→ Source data
# # # # # # #
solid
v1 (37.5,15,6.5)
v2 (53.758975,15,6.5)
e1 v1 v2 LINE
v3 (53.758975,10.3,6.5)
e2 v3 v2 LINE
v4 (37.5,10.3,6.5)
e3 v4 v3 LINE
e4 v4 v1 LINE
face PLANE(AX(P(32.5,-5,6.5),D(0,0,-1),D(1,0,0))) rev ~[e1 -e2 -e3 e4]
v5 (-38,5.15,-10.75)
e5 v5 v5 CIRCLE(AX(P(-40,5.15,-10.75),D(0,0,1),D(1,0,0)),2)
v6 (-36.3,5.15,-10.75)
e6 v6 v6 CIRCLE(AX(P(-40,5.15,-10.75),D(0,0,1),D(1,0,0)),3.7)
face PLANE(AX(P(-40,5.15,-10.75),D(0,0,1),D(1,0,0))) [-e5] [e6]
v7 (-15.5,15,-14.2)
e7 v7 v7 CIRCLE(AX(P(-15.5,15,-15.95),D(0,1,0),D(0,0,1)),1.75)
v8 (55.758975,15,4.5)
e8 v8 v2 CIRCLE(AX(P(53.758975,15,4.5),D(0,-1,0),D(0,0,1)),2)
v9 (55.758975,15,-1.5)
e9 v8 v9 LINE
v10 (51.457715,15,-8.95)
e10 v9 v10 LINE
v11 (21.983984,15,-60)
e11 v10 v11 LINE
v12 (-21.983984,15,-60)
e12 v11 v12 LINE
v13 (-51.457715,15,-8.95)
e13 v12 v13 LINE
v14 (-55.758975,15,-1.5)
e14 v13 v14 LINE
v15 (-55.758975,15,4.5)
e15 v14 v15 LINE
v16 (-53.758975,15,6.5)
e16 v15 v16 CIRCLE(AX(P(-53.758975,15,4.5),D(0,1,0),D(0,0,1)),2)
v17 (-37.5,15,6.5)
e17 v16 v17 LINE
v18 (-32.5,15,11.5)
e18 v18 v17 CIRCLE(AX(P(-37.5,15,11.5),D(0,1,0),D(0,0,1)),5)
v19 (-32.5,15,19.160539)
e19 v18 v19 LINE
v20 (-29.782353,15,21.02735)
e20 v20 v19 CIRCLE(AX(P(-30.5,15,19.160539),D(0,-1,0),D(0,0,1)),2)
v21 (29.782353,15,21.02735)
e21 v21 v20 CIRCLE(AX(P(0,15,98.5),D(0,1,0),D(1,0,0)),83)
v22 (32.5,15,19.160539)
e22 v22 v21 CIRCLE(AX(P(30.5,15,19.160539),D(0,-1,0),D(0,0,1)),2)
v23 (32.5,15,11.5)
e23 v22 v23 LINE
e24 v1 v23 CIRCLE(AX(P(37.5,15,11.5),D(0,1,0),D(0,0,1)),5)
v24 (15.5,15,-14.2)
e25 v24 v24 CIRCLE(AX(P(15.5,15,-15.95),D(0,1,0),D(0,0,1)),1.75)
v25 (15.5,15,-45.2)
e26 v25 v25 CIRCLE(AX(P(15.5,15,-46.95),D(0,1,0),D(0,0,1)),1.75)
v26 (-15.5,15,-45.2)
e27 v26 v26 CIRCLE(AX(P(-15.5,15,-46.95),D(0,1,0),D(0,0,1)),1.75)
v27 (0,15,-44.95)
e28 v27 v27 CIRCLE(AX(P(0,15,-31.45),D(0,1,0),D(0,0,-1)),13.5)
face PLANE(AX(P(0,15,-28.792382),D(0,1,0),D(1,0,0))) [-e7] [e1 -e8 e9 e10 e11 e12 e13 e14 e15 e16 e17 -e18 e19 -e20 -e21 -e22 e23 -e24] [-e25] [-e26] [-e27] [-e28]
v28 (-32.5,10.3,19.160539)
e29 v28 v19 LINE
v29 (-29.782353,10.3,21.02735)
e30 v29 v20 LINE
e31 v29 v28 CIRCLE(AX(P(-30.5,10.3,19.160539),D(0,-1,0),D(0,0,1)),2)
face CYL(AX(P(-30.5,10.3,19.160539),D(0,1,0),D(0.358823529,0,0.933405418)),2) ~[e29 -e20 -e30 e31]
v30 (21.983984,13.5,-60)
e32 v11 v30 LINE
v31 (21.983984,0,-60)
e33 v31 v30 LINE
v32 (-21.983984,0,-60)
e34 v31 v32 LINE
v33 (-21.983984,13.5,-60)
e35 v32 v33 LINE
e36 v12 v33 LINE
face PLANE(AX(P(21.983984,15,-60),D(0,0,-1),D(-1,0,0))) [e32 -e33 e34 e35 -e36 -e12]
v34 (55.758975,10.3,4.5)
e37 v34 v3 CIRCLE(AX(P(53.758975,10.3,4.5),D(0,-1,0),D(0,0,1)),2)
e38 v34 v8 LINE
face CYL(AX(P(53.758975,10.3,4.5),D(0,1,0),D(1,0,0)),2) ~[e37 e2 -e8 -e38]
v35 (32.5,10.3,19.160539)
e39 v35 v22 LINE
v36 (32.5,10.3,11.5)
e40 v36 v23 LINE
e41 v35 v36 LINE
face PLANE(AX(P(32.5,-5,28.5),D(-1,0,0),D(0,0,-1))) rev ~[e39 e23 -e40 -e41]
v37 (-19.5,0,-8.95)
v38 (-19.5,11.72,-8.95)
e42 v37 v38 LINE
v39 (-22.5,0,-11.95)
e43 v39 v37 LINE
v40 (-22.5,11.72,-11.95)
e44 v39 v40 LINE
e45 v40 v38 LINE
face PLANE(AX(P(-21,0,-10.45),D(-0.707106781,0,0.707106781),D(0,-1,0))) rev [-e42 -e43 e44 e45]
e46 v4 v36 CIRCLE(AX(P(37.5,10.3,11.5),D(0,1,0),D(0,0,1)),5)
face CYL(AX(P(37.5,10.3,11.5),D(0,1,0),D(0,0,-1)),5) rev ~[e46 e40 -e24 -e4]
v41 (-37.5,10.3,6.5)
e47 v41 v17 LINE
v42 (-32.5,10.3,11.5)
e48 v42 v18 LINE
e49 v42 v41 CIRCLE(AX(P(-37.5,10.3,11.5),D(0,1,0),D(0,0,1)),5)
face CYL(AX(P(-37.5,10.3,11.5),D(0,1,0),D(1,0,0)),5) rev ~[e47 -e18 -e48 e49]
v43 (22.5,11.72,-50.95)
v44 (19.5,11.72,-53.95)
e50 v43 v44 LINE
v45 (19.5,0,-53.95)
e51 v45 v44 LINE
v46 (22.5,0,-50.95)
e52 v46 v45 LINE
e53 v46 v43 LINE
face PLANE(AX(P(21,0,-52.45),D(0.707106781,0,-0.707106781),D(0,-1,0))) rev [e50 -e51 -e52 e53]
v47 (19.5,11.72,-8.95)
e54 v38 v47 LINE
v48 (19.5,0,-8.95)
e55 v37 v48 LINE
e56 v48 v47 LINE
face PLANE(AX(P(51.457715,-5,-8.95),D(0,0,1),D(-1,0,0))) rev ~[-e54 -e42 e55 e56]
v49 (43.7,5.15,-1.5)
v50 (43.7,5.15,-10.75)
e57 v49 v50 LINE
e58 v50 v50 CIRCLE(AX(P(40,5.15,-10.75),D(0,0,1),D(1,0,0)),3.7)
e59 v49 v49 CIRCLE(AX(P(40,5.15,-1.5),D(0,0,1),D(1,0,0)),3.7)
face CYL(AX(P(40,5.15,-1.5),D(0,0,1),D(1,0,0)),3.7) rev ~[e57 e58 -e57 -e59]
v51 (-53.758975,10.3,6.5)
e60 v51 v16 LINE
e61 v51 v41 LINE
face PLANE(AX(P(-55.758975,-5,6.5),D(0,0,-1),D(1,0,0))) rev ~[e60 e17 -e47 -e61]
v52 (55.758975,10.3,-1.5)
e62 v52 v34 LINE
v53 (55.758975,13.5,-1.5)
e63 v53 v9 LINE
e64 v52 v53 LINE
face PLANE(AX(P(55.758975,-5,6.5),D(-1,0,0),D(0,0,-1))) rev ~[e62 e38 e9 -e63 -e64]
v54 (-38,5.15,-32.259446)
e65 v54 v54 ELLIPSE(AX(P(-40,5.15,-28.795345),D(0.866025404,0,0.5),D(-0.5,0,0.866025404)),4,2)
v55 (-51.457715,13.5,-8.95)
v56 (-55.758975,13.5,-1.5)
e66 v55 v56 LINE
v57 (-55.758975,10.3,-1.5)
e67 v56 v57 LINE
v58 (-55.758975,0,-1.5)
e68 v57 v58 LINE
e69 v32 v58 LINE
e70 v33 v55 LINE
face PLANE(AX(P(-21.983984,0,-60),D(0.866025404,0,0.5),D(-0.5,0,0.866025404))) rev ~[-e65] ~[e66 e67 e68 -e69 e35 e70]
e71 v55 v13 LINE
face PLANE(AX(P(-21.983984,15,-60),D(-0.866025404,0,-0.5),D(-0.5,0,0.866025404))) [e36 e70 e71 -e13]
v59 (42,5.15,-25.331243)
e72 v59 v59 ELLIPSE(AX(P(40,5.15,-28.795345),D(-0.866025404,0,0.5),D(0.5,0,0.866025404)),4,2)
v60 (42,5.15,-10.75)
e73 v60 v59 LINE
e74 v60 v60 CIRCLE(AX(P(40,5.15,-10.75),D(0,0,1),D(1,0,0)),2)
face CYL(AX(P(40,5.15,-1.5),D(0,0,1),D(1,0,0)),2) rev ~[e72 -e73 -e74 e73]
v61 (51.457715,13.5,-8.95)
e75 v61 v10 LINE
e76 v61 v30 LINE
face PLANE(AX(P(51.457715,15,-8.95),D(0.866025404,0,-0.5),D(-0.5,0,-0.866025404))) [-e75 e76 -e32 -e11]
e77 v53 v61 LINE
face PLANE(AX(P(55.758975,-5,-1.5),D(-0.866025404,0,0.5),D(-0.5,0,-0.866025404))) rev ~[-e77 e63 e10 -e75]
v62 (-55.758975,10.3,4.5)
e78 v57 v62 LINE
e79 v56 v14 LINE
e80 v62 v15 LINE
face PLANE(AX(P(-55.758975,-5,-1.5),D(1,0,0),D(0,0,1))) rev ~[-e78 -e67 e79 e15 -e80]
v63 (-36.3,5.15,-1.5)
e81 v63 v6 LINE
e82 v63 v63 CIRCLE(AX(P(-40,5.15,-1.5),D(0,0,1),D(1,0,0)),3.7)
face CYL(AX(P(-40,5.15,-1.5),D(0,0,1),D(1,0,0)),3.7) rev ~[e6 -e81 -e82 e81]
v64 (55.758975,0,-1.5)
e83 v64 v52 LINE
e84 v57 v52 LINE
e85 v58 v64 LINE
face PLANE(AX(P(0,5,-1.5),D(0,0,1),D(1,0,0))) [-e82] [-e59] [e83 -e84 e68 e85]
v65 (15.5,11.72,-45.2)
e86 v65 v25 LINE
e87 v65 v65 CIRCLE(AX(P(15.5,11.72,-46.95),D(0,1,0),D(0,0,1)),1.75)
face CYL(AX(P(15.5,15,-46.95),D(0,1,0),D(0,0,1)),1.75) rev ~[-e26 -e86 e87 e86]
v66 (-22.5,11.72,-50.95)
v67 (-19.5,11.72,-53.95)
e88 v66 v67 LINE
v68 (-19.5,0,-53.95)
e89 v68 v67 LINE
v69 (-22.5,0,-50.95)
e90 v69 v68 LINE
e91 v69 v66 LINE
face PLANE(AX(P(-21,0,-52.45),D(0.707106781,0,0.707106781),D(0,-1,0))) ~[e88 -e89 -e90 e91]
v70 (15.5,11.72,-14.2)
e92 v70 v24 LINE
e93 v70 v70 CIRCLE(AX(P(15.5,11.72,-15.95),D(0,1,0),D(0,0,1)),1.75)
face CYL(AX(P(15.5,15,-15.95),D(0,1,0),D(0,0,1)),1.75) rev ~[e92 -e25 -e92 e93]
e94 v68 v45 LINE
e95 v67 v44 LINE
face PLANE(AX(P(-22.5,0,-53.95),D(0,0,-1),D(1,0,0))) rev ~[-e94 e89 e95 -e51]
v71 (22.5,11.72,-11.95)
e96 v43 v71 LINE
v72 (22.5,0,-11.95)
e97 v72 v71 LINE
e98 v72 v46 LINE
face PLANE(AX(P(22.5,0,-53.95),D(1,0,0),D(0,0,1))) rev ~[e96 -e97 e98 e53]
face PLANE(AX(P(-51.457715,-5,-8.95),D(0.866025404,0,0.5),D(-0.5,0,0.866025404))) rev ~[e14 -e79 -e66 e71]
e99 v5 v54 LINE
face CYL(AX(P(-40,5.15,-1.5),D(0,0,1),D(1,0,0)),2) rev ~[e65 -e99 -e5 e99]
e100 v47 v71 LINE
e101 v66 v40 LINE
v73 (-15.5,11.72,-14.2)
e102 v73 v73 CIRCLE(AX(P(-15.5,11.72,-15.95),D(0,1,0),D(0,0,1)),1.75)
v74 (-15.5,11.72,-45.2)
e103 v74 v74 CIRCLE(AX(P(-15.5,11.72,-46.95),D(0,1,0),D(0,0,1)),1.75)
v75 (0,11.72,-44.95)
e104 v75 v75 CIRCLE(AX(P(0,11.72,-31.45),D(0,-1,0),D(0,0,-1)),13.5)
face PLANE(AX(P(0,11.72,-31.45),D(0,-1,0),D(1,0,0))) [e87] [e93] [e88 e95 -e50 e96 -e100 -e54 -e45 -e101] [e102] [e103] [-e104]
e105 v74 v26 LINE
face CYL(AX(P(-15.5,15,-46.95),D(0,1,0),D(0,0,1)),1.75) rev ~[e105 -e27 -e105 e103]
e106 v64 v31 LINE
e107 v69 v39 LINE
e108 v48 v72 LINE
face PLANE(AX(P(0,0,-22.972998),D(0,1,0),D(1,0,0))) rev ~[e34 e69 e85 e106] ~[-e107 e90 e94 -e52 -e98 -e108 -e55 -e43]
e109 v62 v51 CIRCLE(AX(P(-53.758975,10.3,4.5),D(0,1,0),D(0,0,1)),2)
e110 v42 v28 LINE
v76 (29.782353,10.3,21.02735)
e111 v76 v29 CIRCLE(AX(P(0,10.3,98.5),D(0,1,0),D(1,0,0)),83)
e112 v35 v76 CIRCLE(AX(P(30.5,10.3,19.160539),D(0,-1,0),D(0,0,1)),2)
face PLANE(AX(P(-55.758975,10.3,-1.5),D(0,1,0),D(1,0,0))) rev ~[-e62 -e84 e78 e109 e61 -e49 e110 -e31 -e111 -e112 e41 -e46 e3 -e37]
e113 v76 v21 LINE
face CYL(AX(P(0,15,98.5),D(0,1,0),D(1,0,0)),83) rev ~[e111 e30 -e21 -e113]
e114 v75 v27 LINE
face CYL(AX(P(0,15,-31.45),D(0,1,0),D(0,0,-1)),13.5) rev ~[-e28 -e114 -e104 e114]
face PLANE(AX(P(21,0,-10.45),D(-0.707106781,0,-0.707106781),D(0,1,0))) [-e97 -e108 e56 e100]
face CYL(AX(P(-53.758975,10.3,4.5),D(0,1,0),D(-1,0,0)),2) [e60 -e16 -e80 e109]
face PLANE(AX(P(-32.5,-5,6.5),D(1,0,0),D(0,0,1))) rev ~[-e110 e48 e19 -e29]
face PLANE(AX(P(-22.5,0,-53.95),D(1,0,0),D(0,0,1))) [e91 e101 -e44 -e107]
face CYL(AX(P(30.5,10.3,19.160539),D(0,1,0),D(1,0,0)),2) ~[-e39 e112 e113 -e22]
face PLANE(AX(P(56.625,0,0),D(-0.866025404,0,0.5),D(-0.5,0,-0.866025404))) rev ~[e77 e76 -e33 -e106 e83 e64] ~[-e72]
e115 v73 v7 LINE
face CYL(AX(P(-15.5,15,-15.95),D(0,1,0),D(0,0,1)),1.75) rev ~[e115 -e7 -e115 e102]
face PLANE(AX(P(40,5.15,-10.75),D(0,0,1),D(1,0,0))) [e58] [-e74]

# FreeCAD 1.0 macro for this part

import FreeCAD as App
import Part
import Sketcher
Q = App.Units.Quantity


def edges_at(feature, points):
    """Names of the edges that pass closest to the given points."""
    edges = feature.Shape.Edges
    near = lambda p: min(range(len(edges)), key=lambda i: edges[i].distToShape(Part.Vertex(*p))[0])
    return sorted({f"Edge{near(p) + 1}" for p in points})

doc = App.newDocument("Part")
body = doc.addObject("PartDesign::Body", "Body")

# Sketch on XZ plane
sketch1 = doc.addObject("Sketcher::SketchObject", "Sketch")
body.addObject(sketch1)
sketch1.AttachmentSupport = (doc.XZ_Plane, [""])
sketch1.MapMode = "FlatFace"
sketch1.addGeometry(Part.LineSegment(App.Vector(-57, 0, 0), App.Vector(57, 0, 0)), False)
sketch1.addGeometry(Part.LineSegment(App.Vector(57, 0, 0), App.Vector(22, -60, 0)), False)
sketch1.addGeometry(Part.LineSegment(App.Vector(22, -60, 0), App.Vector(-22, -60, 0)), False)
sketch1.addGeometry(Part.LineSegment(App.Vector(-22, -60, 0), App.Vector(-57, 0, 0)), False)
sketch1.addConstraint(Sketcher.Constraint("Coincident", 0, 2, 1, 1))
sketch1.addConstraint(Sketcher.Constraint("Coincident", 1, 2, 2, 1))
sketch1.addConstraint(Sketcher.Constraint("Coincident", 2, 2, 3, 1))
sketch1.addConstraint(Sketcher.Constraint("Coincident", 3, 2, 0, 1))
sketch1.addConstraint(Sketcher.Constraint("Horizontal", 0))
sketch1.addConstraint(Sketcher.Constraint("Horizontal", 2))
sketch1.addConstraint(Sketcher.Constraint("Symmetric", 0, 2, 3, 2, -1, 1))
sketch1.addConstraint(Sketcher.Constraint("Equal", 1, 3))
sketch1.addConstraint(Sketcher.Constraint("Angle", 1, Q("-120 deg")))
# # # # # # #
→ TASK ITEM
Take the lines above from the first through the one containing "v20 (-29.782353,15,21.02735)" and reproduce them exactly; include nothing else.

→ SOLUTION
solid
v1 (37.5,15,6.5)
v2 (53.758975,15,6.5)
e1 v1 v2 LINE
v3 (53.758975,10.3,6.5)
e2 v3 v2 LINE
v4 (37.5,10.3,6.5)
e3 v4 v3 LINE
e4 v4 v1 LINE
face PLANE(AX(P(32.5,-5,6.5),D(0,0,-1),D(1,0,0))) rev ~[e1 -e2 -e3 e4]
v5 (-38,5.15,-10.75)
e5 v5 v5 CIRCLE(AX(P(-40,5.15,-10.75),D(0,0,1),D(1,0,0)),2)
v6 (-36.3,5.15,-10.75)
e6 v6 v6 CIRCLE(AX(P(-40,5.15,-10.75),D(0,0,1),D(1,0,0)),3.7)
face PLANE(AX(P(-40,5.15,-10.75),D(0,0,1),D(1,0,0))) [-e5] [e6]
v7 (-15.5,15,-14.2)
e7 v7 v7 CIRCLE(AX(P(-15.5,15,-15.95),D(0,1,0),D(0,0,1)),1.75)
v8 (55.758975,15,4.5)
e8 v8 v2 CIRCLE(AX(P(53.758975,15,4.5),D(0,-1,0),D(0,0,1)),2)
v9 (55.758975,15,-1.5)
e9 v8 v9 LINE
v10 (51.457715,15,-8.95)
e10 v9 v10 LINE
v11 (21.983984,15,-60)
e11 v10 v11 LINE
v12 (-21.983984,15,-60)
e12 v11 v12 LINE
v13 (-51.457715,15,-8.95)
e13 v12 v13 LINE
v14 (-55.758975,15,-1.5)
e14 v13 v14 LINE
v15 (-55.758975,15,4.5)
e15 v14 v15 LINE
v16 (-53.758975,15,6.5)
e16 v15 v16 CIRCLE(AX(P(-53.758975,15,4.5),D(0,1,0),D(0,0,1)),2)
v17 (-37.5,15,6.5)
e17 v16 v17 LINE
v18 (-32.5,15,11.5)
e18 v18 v17 CIRCLE(AX(P(-37.5,15,11.5),D(0,1,0),D(0,0,1)),5)
v19 (-32.5,15,19.160539)
e19 v18 v19 LINE
v20 (-29.782353,15,21.02735)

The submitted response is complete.